A move above 67.50% could add more fuel to Bitcoin as the BTC / USD pair gains significant momentum just before halving.
However, when 67.50% offer resistance again, a further downside break and 60% testing could be expected. Such a breakdown can lead to significant and strong movements for all cryptocurrencies.
The bullish scenario for Bitcoin
Bullish scenario chart of the 30-minute BTC / USDT pair. Source: TradingView
The bullish scenario in the smaller timeframes shows some basic levels. The $ 8,400 to $ 8,600 range should continue to offer support, as noted above.
After that, over $ 8,800 will be needed for further upward momentum.
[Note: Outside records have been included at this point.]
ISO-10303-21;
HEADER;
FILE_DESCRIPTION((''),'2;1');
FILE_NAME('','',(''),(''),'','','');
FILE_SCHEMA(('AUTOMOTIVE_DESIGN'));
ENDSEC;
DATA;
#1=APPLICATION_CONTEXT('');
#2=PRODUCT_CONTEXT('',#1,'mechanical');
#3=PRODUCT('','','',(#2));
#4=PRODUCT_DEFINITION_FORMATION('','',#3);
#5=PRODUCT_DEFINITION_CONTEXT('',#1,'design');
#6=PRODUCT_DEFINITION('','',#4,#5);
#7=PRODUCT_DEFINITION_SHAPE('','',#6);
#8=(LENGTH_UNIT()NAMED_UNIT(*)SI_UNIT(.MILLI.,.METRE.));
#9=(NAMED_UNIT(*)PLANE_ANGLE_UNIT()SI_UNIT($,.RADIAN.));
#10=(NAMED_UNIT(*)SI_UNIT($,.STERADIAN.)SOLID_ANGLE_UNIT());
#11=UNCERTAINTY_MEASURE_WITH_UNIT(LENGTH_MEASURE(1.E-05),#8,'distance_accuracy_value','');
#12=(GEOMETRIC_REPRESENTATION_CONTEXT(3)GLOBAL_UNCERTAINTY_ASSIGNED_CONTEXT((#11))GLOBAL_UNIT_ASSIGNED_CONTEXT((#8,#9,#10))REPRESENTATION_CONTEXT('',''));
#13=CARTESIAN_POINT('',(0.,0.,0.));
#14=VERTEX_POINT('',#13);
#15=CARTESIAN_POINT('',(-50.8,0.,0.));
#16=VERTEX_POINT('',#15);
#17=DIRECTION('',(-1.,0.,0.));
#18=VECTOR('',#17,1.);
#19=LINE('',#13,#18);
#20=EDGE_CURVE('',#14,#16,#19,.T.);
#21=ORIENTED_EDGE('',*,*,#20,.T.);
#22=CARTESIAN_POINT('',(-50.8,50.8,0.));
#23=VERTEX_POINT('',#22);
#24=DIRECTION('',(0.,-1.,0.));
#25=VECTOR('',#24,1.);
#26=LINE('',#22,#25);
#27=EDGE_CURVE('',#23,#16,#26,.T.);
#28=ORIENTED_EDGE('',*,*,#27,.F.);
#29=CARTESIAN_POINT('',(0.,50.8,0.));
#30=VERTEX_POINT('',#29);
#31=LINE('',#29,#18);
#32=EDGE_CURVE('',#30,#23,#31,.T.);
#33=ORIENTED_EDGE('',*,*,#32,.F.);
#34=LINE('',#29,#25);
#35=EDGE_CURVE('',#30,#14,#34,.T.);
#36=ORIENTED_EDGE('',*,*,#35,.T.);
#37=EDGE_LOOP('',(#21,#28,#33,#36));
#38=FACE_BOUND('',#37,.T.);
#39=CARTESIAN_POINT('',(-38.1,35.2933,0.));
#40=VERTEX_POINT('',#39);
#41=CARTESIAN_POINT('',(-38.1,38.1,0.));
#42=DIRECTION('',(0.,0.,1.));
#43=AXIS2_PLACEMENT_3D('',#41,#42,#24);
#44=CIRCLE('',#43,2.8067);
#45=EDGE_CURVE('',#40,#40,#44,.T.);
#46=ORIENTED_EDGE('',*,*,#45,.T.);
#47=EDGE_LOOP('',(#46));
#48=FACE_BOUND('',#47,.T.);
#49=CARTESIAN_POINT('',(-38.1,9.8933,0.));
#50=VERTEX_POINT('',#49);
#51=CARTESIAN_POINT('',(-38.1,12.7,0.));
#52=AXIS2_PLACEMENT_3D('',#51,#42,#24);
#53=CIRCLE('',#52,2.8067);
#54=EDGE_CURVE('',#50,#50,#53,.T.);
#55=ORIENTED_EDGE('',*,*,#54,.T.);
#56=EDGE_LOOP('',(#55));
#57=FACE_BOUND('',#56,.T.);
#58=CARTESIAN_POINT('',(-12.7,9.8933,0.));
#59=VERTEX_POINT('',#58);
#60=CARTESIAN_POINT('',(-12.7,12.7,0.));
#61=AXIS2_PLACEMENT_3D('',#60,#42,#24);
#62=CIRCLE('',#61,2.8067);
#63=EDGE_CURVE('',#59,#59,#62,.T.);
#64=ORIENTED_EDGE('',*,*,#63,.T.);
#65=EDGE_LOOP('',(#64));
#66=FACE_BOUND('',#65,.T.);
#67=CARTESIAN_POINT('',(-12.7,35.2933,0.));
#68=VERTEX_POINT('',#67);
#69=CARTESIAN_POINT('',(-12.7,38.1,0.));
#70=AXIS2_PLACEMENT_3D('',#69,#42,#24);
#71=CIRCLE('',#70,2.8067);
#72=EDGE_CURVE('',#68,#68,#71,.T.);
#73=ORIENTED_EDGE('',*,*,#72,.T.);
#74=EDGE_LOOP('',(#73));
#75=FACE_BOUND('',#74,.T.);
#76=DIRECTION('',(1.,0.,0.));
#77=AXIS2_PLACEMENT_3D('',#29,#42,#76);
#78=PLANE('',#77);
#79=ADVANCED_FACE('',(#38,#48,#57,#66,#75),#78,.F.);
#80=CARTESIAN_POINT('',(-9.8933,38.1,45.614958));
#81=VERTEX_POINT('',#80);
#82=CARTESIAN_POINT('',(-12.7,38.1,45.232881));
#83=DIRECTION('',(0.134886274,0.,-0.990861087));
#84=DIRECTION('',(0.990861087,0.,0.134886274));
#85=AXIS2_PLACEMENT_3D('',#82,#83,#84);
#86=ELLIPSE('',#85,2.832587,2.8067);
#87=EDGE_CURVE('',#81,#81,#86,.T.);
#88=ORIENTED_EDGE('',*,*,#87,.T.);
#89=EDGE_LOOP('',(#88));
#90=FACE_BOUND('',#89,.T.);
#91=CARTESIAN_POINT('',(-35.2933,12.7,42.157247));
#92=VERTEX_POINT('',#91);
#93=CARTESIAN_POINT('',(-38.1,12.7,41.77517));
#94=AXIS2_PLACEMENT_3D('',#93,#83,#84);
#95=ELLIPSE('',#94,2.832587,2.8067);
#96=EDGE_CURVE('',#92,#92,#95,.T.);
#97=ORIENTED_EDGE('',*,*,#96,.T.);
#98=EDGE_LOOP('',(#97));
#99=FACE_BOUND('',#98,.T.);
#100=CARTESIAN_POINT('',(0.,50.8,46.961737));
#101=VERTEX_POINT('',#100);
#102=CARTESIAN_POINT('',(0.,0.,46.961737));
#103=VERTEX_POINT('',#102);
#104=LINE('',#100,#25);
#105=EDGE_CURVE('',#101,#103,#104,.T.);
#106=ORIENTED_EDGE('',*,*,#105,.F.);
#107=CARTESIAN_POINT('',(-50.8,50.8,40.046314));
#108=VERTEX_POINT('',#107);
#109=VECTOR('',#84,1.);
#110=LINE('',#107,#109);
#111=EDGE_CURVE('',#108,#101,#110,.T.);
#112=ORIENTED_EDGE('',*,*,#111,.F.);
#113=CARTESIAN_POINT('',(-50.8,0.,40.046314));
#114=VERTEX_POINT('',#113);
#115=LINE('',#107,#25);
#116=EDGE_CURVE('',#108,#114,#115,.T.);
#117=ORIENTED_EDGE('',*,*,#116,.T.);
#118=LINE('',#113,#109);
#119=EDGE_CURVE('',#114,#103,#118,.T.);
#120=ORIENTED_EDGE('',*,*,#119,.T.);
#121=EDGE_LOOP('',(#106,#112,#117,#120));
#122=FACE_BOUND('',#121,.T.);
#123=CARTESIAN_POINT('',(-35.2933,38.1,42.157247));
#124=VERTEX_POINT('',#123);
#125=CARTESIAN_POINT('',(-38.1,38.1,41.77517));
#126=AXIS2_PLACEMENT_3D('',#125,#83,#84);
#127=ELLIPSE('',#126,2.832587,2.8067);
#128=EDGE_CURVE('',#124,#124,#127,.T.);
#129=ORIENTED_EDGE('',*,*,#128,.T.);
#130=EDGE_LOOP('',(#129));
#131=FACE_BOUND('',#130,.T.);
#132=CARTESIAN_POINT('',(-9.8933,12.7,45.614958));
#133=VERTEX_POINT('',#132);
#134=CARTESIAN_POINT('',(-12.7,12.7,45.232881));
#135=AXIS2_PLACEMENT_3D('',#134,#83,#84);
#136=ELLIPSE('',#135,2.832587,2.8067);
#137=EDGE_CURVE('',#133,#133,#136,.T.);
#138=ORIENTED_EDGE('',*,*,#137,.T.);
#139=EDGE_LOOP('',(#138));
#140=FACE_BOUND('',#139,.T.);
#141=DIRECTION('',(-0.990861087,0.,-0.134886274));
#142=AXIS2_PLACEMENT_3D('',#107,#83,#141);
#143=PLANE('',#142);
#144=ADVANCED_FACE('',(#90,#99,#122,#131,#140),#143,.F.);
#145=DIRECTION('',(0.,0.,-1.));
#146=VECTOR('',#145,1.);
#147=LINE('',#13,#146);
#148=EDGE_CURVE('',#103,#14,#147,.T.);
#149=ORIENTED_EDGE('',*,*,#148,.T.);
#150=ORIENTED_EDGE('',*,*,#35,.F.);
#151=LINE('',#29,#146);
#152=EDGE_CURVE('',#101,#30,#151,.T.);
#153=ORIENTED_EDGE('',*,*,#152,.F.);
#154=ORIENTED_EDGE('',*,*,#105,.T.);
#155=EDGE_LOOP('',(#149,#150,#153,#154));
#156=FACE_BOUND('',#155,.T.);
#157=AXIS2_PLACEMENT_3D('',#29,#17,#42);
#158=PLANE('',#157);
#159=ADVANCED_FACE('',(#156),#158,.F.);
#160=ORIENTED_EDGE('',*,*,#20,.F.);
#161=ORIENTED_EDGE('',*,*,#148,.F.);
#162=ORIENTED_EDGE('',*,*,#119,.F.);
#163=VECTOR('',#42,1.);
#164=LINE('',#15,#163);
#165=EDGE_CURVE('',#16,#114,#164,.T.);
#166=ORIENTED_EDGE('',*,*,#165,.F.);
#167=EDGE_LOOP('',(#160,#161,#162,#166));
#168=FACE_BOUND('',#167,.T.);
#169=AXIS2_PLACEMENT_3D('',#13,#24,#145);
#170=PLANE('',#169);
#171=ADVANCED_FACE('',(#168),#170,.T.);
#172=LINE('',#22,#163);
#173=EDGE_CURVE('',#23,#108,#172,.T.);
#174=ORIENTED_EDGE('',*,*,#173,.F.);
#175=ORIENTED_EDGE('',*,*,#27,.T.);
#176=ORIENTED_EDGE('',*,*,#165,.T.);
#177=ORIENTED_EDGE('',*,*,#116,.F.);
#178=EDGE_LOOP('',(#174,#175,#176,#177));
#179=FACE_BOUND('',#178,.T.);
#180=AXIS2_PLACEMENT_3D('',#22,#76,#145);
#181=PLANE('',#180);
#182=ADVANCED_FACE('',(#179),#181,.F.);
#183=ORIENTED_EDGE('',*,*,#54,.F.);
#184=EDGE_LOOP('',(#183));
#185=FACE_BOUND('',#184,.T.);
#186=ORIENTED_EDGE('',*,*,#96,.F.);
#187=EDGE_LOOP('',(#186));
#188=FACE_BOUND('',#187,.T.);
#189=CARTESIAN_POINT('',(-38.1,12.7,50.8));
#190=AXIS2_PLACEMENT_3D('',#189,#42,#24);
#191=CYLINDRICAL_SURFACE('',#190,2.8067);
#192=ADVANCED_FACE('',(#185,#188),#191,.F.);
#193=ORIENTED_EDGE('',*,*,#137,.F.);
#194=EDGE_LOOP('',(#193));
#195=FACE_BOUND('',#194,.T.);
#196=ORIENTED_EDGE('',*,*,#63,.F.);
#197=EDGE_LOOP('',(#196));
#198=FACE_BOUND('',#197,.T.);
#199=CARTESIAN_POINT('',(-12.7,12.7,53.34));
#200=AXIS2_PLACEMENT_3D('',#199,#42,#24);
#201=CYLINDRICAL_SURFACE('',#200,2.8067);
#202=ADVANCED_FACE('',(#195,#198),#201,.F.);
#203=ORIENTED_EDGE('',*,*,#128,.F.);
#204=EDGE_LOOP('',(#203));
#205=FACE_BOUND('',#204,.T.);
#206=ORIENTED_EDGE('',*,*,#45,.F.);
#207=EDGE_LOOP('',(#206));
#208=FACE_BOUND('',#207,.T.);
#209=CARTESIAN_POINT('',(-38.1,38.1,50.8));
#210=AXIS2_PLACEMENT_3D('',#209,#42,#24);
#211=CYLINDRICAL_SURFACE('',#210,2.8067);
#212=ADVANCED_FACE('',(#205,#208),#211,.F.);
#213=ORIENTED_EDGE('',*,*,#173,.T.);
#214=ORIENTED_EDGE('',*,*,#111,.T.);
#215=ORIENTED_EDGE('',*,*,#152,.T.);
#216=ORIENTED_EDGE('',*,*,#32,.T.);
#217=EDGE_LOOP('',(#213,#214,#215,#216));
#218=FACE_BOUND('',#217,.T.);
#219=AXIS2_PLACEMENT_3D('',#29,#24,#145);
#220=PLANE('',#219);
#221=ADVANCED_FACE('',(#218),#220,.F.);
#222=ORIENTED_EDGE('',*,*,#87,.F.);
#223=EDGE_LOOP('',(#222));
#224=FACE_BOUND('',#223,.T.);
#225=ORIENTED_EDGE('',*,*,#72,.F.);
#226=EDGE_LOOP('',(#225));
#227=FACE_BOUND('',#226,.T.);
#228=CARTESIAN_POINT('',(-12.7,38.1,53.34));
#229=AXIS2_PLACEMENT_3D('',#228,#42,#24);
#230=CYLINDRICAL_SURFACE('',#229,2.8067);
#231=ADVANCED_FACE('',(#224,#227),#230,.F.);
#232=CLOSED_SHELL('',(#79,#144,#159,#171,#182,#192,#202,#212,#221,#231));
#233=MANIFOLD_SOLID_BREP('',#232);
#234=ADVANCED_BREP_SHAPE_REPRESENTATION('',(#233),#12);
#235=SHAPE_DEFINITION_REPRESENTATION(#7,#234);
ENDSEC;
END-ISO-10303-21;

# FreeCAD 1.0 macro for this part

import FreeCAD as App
import Part
import Sketcher
from FreeCAD import Vector
Q = App.Units.Quantity


def add_polygon(sketch, points):
    """Adds a closed chain of lines whose ends are joined by coincident constraints."""
    first, n = sketch.GeometryCount, len(points)
    for a, b in zip(points, points[1:] + points[:1]):
        sketch.addGeometry(Part.LineSegment(App.Vector(*a, 0), App.Vector(*b, 0)), False)
    for i in range(n):
        sketch.addConstraint(Sketcher.Constraint("Coincident", first + i, 2, first + (i + 1) % n, 1))

doc = App.newDocument("Part")
params = doc.addObject("Spreadsheet::Sheet", "Params")
for row, (alias, value) in enumerate([
    ("sketch1_width", "2 in"),
    ("pad1_length", "2 in"),
    ("sketch2_diameter", "0.221 in"),
    ("hole_diameter", "0.221 in"),
    ("hole_csink_diameter", "0.7 in"),
    ("sketch3_diameter", "0.221 in"),
    ("hole2_diameter", "0.221 in"),
    ("hole2_csink_diameter", "0.7 in"),
], start=1):
    params.set(f"A{row}", alias)
    params.set(f"B{row}", "=" + value)
    params.setAlias(f"B{row}", alias)

body = doc.addObject("PartDesign::Body", "Body")

sketch1 = body.newObject("Sketcher::SketchObject", "Sketch")
sketch1.AttachmentSupport = (doc.getObject("XZ_Plane"), [""])
sketch1.MapMode = "FlatFace"
add_polygon(sketch1, [(0, 0), (-51, 0), (-51, 40), (0, 47)])
sketch1.addConstraint(Sketcher.Constraint("Horizontal", 0))
sketch1.addConstraint(Sketcher.Constraint("Vertical", 1))
sketch1.addConstraint(Sketcher.Constraint("Vertical", 3))
sketch1.addConstraint(Sketcher.Constraint("Coincident", 3, 2, -1, 1))
sketch1.addConstraint(Sketcher.Constraint("DistanceX", 0, 2, 0, 1, Q("2 in")))
sketch1.addConstraint(Sketcher.Constraint("Distance", 2, Q("51.268539 mm")))
sketch1.addConstraint(Sketcher.Constraint("DistanceY", 1, 1, 1, 2, Q("40.046314 mm")))
sketch1.setExpression("Constraints[8]", "Params.sketch1_width")
pad1 = body.newObject("PartDesign::Pad", "Pad")
pad1.Profile = sketch1
pad1.setExpression("Length", "Params.pad1_length")
pad1.Reversed = True

sketch2 = body.newObject("Sketcher::SketchObject", "Sketch001")
sketch2.AttachmentSupport = (doc.getObject("XY_Plane"), [""])
sketch2.MapMode = "FlatFace"
sketch2.AttachmentOffset = App.Placement(Vector(0, 0, 2 * 25.4), App.Rotation())
sketch2.addGeometry(Part.Circle(Vector(-38.1, 12.7, 0), Vector(0, 0, 1), 2.8), False)
sketch2.addGeometry(Part.Circle(Vector(-38.1, 38.1, 0), Vector(0, 0, 1), 2.8), False)
sketch2.addGeometry(Part.Circle(Vector(-38.1, 114.3, 0), Vector(0, 0, 1), 2.8), False)
sketch2.addGeometry(Part.Circle(Vector(-38.1, 139.7, 0), Vector(0, 0, 1), 2.8), False)
sketch2.addConstraint(Sketcher.Constraint("Equal", 0, 1))
sketch2.addConstraint(Sketcher.Constraint("Equal", 1, 2))
sketch2.addConstraint(Sketcher.Constraint("Equal", 2, 3))
sketch2.addConstraint(Sketcher.Constraint("Vertical", 0, 3, 1, 3))
sketch2.addConstraint(Sketcher.Constraint("Vertical", 1, 3, 2, 3))
sketch2.addConstraint(Sketcher.Constraint("Vertical", 2, 3, 3, 3))
sketch2.addConstraint(Sketcher.Constraint("Diameter", 0, Q("0.221 in")))
sketch2.addConstraint(Sketcher.Constraint("DistanceY", 0, 3, 1, 3, Q("1 in")))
Once this happens, the goals of $ 9,100 to $ 9,200 come back as opportunities.
However, if traders and investors want to continue the real FOMO and the momentum to halve, it must exceed $ 9,100 to $ 9,200. If the Bitcoin price rejects this level again, the halving is likely to be over.
If $ 9,100 to $ 9,200 are higher, another rally can take place with potential goals of $ 10,500.
The bearish scenario for Bitcoin
Diagram of the declining scenario of the 30-minute BTC / USDT pair. Source: TradingView
The bearish scenario offers various options. There are basically two options, the first is support from USD 8,400 – 8,600. If you lose this level, you are likely to expect further downward momentum towards USD 7,800.
However, the next basic thing to keep in mind in diagrams would be to create a lower peak in the diagrams. As soon as the Bitcoin price exceeds the $ 8,800 range and cannot exceed $ 9,000, a new lower maximum is shown in the graph.
Such momentum could create a possible descending triangle and a possible subsequent breakdown below $ 8,400. The next support area will also be $ 7,800.
The views and opinions expressed here relate exclusively to author and do not necessarily reflect Cointelegraph’s views. Every investment and trade movement involves risks. You have to do your own research when making a decision.